- [WHAT THE EXERCISE ASKS]:
Once the line with "v -2.162 -2.959 0" is found in the entries below, print it and each following line exactly, stopping after the line with "v -2.373 -3.642 11.3"; print nothing else.

[LISTED RECORDS — start]

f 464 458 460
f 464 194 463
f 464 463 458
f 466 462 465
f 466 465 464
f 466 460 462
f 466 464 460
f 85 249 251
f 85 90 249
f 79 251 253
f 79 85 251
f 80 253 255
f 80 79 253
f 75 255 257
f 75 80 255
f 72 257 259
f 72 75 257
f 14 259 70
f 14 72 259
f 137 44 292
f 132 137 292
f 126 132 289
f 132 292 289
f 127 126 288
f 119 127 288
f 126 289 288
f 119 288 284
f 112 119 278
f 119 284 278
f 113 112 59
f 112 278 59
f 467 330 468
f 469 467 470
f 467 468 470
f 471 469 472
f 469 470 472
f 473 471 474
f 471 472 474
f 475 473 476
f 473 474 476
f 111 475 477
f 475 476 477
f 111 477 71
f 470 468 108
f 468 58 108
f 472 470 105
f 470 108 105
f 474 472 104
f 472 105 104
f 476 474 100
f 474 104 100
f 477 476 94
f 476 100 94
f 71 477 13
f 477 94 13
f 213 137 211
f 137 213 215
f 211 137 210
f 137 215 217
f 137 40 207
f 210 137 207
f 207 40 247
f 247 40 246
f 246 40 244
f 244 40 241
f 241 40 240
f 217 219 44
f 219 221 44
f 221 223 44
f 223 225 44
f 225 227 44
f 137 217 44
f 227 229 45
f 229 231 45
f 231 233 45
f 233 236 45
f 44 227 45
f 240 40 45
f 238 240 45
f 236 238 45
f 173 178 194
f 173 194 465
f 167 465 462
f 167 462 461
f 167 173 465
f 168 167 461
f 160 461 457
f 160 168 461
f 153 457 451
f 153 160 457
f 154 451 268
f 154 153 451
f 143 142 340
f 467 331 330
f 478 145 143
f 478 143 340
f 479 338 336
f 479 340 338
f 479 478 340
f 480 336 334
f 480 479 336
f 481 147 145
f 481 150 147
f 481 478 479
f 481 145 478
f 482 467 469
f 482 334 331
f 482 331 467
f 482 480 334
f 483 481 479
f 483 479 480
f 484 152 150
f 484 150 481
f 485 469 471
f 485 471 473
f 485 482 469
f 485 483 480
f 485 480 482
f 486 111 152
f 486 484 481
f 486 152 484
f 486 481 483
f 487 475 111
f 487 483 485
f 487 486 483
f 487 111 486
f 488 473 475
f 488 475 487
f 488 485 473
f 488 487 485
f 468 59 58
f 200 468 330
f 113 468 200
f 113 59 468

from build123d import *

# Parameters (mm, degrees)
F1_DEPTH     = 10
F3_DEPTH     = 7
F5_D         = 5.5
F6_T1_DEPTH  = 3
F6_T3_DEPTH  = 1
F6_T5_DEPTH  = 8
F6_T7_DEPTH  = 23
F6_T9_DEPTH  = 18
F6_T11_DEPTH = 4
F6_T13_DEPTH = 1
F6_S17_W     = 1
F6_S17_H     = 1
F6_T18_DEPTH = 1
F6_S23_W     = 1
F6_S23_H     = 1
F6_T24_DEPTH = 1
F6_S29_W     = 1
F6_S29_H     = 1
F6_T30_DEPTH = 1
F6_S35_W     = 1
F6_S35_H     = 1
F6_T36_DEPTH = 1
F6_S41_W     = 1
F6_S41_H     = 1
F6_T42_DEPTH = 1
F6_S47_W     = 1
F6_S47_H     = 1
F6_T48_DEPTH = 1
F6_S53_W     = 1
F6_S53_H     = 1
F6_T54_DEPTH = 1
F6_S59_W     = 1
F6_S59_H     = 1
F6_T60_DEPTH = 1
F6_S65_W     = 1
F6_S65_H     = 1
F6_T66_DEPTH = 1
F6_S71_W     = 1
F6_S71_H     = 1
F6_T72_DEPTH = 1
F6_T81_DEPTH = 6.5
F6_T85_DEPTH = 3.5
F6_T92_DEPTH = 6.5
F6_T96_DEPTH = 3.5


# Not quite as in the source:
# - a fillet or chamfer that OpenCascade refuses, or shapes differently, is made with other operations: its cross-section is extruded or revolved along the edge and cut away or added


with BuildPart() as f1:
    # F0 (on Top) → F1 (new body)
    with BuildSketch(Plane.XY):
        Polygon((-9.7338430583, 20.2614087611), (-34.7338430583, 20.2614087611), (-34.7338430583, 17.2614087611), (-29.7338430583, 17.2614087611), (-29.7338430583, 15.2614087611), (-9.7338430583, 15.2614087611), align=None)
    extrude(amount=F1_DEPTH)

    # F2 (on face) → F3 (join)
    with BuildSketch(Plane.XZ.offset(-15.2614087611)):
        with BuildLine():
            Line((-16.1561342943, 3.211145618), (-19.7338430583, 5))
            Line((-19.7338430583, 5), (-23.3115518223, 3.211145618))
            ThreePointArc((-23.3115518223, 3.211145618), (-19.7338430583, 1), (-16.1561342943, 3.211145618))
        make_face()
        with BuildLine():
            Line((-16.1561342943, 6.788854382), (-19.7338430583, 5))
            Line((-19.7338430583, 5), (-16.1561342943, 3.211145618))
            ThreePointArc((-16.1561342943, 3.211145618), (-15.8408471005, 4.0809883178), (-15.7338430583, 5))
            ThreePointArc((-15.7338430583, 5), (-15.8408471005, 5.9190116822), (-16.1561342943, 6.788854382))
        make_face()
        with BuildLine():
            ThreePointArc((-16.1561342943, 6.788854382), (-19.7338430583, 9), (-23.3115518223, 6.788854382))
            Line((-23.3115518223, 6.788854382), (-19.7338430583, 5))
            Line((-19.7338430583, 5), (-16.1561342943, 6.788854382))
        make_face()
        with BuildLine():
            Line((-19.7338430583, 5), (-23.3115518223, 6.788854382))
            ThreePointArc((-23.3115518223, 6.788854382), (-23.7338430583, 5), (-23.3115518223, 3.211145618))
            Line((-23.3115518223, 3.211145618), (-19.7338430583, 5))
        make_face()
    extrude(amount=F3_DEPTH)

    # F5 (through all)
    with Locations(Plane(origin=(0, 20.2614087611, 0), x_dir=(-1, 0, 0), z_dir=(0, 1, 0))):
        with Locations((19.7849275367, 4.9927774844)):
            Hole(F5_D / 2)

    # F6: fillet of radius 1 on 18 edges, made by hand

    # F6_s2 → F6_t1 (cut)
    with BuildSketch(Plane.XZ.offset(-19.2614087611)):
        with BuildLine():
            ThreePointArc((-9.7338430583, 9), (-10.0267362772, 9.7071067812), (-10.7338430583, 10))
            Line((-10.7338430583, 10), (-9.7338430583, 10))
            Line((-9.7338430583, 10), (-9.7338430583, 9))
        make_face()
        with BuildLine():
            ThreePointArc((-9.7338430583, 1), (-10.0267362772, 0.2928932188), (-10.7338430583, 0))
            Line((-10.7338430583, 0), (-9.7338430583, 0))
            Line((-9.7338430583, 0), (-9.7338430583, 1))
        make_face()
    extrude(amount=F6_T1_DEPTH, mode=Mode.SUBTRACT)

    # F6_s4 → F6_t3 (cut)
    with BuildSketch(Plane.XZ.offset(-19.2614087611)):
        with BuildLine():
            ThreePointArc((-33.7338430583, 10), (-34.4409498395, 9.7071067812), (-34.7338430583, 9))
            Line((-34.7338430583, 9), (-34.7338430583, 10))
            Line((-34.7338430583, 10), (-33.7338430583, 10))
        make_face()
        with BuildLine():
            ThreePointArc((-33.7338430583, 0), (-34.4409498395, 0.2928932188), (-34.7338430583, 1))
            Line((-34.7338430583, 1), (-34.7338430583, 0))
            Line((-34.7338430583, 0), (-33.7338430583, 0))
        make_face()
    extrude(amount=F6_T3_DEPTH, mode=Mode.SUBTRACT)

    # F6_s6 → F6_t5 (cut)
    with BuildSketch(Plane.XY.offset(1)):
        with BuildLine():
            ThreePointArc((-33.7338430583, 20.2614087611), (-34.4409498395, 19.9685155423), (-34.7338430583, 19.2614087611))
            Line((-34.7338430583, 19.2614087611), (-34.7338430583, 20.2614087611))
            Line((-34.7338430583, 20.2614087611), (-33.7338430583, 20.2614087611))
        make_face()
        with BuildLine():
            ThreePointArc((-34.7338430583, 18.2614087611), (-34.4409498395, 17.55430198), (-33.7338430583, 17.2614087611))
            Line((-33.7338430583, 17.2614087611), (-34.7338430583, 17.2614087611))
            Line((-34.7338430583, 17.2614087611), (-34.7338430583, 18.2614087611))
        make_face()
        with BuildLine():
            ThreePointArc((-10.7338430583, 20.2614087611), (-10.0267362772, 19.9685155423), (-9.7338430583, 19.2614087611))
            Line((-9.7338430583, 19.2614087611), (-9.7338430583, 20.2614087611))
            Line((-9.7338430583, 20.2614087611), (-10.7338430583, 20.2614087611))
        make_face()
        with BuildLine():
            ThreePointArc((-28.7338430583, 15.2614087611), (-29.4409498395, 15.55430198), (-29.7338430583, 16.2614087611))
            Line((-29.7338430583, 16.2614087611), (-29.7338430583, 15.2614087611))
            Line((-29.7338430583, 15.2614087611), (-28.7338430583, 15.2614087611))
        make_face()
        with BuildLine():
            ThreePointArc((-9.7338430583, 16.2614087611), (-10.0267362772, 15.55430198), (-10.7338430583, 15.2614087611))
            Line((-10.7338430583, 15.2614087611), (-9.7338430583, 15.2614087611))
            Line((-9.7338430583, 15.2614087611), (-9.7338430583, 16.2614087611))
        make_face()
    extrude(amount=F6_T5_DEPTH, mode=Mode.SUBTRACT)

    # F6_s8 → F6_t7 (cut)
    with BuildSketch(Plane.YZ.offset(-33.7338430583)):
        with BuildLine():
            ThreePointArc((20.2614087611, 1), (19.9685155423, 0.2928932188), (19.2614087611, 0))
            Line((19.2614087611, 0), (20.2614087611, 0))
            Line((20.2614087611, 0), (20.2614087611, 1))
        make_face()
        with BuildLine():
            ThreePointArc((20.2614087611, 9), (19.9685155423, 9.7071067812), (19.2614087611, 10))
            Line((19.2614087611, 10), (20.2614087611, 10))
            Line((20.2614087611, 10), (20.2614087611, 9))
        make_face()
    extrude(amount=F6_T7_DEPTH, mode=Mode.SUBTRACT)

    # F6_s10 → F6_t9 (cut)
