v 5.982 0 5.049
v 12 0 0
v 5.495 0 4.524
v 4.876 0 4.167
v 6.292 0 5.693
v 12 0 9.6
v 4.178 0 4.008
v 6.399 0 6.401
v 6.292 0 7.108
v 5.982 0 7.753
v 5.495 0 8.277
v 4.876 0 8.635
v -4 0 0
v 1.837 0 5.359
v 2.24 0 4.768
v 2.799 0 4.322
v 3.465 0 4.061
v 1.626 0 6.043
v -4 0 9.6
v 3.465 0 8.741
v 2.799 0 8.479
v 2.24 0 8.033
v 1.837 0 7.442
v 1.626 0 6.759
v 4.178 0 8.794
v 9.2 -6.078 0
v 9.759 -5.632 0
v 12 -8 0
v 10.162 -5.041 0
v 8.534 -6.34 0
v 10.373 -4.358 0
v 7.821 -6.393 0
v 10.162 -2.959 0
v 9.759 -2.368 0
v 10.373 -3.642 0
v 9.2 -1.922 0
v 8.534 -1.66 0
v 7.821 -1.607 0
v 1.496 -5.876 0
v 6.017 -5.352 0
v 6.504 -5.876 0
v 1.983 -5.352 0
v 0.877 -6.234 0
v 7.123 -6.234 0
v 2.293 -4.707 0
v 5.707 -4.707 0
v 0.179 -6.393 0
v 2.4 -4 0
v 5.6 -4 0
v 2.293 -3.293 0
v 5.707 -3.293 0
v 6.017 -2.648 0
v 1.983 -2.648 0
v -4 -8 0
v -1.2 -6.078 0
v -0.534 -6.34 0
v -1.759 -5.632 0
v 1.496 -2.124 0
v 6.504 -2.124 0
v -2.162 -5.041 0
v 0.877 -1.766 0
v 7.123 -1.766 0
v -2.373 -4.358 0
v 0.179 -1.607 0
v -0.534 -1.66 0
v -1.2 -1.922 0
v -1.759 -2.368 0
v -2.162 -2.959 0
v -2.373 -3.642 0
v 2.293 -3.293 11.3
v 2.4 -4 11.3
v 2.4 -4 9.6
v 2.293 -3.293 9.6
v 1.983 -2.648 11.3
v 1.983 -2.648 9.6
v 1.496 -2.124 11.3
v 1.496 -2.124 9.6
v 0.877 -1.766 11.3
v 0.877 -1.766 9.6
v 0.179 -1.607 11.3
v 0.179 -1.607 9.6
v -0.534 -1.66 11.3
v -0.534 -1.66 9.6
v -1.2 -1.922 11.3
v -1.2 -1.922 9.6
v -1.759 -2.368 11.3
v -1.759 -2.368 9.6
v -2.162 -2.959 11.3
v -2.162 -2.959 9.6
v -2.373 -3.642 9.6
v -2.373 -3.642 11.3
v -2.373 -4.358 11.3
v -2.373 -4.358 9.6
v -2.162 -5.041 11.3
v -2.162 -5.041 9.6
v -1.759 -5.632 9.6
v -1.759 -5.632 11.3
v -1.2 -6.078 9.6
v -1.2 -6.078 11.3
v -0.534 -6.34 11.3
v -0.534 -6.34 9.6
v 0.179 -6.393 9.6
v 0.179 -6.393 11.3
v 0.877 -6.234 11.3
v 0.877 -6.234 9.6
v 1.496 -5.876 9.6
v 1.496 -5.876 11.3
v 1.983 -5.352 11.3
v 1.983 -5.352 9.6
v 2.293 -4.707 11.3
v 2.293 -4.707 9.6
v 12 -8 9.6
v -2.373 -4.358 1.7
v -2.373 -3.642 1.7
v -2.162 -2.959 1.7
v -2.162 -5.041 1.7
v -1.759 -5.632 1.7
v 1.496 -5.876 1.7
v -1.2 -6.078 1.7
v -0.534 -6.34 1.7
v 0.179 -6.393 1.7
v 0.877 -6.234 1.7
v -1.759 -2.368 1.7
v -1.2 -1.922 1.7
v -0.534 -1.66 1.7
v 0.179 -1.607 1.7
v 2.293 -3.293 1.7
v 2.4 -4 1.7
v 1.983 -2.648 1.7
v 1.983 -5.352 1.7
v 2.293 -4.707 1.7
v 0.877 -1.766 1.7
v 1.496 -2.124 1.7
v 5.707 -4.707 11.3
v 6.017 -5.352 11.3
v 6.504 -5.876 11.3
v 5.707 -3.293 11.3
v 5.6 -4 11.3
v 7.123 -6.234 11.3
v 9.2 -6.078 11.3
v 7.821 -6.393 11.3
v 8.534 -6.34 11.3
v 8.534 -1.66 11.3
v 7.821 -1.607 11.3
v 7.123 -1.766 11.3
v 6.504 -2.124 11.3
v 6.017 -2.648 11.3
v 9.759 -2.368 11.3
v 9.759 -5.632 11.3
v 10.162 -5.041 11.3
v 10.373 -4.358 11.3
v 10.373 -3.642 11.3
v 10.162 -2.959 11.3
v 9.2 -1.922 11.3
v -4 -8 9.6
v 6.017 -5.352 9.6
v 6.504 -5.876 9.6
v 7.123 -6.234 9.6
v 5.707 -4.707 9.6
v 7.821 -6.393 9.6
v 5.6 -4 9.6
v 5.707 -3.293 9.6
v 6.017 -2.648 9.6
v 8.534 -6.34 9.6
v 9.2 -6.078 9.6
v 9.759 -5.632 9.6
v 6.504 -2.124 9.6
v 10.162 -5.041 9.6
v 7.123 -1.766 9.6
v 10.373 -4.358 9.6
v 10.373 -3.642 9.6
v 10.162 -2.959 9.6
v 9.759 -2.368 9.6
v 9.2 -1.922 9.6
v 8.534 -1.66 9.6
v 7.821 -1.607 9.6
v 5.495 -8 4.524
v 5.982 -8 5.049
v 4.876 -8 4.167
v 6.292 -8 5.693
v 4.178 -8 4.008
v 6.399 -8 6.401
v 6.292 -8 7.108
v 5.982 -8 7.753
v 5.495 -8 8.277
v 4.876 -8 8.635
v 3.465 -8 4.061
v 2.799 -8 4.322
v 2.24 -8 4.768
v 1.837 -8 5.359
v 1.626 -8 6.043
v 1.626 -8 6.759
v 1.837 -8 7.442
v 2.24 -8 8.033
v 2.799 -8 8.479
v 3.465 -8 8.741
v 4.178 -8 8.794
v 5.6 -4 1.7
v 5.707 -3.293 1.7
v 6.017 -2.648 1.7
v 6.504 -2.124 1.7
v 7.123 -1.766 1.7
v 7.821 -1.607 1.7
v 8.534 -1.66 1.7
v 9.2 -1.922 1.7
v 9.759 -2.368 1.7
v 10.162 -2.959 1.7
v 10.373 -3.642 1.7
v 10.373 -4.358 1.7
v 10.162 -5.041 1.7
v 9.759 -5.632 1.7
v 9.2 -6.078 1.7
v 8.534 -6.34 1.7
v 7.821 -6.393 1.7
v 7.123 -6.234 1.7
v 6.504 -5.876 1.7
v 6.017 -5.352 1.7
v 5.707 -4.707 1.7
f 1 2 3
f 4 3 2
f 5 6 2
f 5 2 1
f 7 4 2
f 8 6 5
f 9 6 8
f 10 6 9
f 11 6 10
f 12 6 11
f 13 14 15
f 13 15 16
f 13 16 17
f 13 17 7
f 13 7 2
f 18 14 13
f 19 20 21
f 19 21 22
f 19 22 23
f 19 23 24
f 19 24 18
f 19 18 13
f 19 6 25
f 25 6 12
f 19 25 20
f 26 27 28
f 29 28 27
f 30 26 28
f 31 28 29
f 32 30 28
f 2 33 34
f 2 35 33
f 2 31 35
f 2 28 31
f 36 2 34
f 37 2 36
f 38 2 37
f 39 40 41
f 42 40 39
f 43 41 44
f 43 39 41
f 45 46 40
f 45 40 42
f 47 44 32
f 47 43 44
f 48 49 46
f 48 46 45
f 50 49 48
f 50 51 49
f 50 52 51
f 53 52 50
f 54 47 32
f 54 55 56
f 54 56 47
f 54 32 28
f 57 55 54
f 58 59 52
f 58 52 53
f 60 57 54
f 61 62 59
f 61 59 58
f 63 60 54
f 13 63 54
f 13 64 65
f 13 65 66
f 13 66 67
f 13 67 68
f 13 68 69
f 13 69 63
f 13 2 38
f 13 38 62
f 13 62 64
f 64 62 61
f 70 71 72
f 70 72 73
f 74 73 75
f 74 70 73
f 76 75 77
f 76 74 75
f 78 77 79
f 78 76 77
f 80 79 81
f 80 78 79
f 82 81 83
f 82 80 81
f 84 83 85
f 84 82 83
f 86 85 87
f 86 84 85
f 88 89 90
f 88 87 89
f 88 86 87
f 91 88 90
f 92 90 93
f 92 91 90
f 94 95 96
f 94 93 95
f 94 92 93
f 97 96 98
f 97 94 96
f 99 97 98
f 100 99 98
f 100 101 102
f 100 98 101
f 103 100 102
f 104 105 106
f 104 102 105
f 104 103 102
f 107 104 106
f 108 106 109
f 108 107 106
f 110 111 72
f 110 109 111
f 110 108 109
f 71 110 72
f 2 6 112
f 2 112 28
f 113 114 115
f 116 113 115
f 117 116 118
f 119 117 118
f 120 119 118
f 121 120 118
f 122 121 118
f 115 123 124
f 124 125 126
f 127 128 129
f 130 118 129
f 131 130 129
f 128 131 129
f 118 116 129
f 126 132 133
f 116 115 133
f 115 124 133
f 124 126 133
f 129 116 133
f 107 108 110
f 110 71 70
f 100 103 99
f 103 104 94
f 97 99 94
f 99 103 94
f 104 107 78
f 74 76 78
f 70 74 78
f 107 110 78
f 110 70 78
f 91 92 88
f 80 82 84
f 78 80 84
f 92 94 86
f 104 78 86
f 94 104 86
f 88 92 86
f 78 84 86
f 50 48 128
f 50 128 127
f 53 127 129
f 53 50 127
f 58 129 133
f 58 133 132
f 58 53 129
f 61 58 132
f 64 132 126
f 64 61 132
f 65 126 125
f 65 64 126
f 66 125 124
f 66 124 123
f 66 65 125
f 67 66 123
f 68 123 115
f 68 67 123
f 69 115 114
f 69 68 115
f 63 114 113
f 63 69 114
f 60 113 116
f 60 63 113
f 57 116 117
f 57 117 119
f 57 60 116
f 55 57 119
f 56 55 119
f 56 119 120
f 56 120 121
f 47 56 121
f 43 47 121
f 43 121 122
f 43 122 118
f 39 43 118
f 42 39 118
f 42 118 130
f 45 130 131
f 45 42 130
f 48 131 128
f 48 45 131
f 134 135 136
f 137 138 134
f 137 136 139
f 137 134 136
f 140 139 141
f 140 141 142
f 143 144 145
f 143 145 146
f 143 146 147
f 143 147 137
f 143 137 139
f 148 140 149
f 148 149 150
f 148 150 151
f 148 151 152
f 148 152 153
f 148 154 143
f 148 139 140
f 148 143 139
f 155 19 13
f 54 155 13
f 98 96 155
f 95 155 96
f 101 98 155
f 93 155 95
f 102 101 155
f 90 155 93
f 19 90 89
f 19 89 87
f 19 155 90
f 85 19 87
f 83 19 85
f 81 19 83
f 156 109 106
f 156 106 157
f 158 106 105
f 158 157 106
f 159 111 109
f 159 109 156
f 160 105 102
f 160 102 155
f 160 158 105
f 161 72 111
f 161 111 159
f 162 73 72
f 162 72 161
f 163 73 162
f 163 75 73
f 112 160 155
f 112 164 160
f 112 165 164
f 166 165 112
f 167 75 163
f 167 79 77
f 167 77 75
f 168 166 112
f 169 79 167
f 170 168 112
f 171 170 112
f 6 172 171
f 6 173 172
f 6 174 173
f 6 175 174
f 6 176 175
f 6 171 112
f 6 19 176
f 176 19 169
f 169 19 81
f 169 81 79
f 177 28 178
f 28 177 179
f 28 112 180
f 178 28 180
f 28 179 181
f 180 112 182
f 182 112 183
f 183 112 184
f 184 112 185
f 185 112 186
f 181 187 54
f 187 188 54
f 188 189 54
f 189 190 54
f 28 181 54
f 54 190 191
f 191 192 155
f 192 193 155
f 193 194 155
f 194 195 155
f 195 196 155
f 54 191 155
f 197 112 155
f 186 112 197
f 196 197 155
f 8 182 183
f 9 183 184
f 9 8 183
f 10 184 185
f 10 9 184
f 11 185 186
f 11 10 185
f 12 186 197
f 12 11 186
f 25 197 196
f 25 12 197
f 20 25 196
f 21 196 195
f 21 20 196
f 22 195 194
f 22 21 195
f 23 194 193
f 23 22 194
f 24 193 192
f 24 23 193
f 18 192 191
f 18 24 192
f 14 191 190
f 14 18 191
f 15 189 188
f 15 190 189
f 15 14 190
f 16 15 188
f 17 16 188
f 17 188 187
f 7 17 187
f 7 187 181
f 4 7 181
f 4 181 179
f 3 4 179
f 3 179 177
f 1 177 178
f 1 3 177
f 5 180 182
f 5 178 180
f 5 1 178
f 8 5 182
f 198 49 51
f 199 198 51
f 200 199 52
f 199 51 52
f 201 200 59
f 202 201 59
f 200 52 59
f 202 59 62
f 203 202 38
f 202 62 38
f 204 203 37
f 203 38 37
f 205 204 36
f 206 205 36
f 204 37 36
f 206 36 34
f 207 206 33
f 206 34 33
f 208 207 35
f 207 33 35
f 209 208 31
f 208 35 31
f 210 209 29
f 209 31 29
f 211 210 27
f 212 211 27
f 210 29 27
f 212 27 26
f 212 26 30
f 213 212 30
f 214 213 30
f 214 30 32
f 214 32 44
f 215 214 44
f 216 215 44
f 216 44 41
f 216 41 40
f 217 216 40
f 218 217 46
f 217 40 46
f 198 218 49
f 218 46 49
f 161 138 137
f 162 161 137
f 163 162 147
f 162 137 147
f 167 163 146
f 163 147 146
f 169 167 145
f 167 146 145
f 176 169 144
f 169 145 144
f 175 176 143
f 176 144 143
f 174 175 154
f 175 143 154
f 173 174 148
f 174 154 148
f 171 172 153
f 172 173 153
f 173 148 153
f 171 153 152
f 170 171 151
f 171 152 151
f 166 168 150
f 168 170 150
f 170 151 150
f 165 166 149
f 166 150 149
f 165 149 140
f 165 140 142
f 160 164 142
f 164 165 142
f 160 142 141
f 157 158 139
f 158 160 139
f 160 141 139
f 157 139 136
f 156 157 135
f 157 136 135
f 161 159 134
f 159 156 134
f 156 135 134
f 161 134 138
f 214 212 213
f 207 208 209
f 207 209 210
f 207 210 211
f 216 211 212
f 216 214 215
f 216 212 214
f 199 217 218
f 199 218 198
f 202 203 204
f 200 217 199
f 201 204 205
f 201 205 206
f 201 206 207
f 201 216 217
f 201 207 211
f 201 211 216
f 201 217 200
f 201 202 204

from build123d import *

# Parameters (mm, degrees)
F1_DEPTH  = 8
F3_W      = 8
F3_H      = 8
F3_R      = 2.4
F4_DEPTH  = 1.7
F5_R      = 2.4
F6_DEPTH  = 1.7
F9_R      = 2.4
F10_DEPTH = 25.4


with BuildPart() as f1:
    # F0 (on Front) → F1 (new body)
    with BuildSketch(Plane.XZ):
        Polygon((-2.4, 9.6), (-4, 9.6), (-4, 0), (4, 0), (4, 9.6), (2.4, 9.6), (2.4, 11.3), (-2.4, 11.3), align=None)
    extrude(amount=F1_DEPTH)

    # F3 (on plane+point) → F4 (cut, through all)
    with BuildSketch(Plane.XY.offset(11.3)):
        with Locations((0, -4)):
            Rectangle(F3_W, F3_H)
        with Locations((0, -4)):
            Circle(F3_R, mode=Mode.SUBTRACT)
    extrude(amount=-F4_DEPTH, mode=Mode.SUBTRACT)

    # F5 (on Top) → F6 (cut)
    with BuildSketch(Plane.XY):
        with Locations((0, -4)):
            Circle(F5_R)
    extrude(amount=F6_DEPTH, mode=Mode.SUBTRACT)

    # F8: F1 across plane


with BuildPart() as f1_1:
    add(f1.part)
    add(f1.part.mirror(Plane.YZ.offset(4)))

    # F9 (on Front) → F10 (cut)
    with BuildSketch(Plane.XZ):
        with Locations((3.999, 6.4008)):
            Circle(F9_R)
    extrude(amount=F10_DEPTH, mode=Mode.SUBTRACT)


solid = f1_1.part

[LISTED RECORDS — finish]

- [TASK RESPONSE]:
v -2.162 -2.959 0
v -2.373 -3.642 0
v 2.293 -3.293 11.3
v 2.4 -4 11.3
v 2.4 -4 9.6
v 2.293 -3.293 9.6
v 1.983 -2.648 11.3
v 1.983 -2.648 9.6
v 1.496 -2.124 11.3
v 1.496 -2.124 9.6
v 0.877 -1.766 11.3
v 0.877 -1.766 9.6
v 0.179 -1.607 11.3
v 0.179 -1.607 9.6
v -0.534 -1.66 11.3
v -0.534 -1.66 9.6
v -1.2 -1.922 11.3
v -1.2 -1.922 9.6
v -1.759 -2.368 11.3
v -1.759 -2.368 9.6
v -2.162 -2.959 11.3
v -2.162 -2.959 9.6
v -2.373 -3.642 9.6
v -2.373 -3.642 11.3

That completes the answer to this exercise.